Try it: Using the records below, quote only the span that opens with the line containing "f 127 125 126" and closes with the line containing "f 171 169 170", exactly and inclusively.

== Exercise materials

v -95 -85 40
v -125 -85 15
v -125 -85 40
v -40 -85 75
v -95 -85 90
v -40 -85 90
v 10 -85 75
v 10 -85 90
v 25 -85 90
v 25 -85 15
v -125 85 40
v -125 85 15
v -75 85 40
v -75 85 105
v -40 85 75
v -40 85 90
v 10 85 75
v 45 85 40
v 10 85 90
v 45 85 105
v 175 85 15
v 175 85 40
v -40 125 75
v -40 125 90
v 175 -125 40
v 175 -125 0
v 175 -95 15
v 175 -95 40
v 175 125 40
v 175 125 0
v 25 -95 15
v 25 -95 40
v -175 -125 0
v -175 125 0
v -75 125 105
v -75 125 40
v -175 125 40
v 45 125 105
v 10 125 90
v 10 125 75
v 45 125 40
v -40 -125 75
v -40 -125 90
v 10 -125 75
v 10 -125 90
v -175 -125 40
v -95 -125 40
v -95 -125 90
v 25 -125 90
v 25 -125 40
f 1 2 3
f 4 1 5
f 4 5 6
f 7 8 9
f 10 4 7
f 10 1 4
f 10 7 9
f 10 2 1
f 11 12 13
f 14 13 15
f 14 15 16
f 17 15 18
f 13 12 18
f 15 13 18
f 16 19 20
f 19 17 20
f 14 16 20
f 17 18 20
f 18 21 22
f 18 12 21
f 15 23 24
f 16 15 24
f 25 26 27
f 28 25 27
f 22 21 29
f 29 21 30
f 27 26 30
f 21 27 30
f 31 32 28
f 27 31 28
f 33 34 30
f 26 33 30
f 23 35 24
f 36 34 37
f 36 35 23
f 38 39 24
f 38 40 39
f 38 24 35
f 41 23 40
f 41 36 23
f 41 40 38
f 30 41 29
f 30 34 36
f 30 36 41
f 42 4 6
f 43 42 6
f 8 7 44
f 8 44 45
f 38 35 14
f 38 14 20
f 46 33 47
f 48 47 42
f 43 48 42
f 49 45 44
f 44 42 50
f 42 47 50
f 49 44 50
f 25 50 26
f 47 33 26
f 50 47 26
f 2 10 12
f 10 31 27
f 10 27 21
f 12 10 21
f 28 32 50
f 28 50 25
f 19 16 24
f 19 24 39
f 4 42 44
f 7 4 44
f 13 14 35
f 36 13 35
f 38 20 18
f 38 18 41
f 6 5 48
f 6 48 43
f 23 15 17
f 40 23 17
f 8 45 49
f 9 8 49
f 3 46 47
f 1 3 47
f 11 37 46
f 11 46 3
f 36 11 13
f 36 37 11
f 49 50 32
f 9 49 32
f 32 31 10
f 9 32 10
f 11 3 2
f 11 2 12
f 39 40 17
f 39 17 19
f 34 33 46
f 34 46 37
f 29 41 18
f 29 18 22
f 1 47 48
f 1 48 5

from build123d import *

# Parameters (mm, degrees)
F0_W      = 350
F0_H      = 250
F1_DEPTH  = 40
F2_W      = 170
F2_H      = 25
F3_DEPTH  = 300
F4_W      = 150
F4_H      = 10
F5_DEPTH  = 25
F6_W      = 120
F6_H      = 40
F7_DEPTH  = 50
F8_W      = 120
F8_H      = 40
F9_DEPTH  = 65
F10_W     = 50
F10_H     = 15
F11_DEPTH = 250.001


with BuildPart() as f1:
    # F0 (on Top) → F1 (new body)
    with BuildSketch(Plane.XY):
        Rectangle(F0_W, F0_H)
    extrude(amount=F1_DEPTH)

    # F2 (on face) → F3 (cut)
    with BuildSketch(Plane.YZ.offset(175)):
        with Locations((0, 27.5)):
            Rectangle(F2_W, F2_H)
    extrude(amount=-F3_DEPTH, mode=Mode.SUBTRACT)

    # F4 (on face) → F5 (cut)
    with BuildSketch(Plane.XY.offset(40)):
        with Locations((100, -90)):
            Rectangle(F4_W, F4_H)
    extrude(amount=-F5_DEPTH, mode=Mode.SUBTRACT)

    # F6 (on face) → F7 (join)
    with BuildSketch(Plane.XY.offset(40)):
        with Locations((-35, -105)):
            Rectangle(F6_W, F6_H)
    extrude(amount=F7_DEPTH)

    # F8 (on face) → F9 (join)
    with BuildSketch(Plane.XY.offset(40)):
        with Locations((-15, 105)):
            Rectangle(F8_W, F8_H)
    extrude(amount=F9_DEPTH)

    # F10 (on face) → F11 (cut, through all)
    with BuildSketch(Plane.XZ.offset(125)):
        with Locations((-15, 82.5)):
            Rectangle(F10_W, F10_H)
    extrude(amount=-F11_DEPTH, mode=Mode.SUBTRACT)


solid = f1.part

====
== Exercise materials

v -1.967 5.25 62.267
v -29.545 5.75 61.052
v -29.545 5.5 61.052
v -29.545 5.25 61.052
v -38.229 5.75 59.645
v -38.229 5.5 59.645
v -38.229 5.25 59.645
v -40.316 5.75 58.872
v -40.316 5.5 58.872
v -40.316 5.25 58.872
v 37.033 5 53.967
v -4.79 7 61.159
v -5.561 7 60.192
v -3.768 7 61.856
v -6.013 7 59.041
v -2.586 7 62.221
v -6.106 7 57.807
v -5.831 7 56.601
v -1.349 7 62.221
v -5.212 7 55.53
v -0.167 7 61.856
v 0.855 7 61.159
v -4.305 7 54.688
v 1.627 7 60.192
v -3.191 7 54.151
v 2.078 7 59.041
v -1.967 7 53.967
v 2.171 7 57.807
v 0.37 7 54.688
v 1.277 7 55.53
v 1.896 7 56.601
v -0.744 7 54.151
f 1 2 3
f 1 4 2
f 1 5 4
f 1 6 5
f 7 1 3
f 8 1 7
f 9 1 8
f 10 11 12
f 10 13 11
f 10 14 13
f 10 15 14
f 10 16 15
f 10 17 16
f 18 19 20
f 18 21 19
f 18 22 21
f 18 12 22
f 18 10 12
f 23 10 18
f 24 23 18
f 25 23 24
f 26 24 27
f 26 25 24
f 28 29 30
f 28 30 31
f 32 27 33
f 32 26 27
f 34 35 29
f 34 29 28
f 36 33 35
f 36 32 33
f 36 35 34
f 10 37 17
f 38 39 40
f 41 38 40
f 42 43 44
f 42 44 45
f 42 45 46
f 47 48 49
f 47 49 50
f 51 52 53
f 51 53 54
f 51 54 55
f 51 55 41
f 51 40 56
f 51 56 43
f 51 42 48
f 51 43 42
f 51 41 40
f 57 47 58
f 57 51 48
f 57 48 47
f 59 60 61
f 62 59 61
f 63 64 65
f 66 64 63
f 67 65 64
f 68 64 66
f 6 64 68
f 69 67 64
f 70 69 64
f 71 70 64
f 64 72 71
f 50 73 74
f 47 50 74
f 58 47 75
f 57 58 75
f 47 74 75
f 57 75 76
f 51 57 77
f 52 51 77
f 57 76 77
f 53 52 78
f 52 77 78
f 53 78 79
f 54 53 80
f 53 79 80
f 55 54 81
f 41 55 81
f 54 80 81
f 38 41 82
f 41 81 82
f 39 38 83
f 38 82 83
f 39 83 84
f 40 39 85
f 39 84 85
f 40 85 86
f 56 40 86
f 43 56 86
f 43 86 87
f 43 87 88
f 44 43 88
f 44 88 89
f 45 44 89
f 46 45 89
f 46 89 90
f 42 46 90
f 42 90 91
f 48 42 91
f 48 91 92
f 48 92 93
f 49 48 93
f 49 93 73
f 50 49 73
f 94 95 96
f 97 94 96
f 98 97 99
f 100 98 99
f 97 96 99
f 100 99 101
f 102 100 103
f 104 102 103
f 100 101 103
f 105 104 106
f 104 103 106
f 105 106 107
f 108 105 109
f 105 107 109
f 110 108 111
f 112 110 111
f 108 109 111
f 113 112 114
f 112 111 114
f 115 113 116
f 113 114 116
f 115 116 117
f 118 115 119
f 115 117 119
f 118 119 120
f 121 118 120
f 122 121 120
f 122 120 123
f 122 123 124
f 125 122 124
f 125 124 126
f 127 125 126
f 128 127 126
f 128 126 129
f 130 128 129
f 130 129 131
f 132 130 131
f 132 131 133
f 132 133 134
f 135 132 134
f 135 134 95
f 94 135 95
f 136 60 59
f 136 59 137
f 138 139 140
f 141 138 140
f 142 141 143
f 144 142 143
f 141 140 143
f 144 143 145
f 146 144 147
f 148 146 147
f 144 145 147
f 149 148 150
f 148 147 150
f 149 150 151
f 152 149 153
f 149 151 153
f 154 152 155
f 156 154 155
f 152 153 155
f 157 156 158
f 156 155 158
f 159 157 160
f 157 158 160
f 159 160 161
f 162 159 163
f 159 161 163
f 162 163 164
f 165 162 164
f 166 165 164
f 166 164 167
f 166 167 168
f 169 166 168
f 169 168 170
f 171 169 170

====

Response box:
f 127 125 126
f 128 127 126
f 128 126 129
f 130 128 129
f 130 129 131
f 132 130 131
f 132 131 133
f 132 133 134
f 135 132 134
f 135 134 95
f 94 135 95
f 136 60 59
f 136 59 137
f 138 139 140
f 141 138 140
f 142 141 143
f 144 142 143
f 141 140 143
f 144 143 145
f 146 144 147
f 148 146 147
f 144 145 147
f 149 148 150
f 148 147 150
f 149 150 151
f 152 149 153
f 149 151 153
f 154 152 155
f 156 154 155
f 152 153 155
f 157 156 158
f 156 155 158
f 159 157 160
f 157 158 160
f 159 160 161
f 162 159 163
f 159 161 163
f 162 163 164
f 165 162 164
f 166 165 164
f 166 164 167
f 166 167 168
f 169 166 168
f 169 168 170
f 171 169 170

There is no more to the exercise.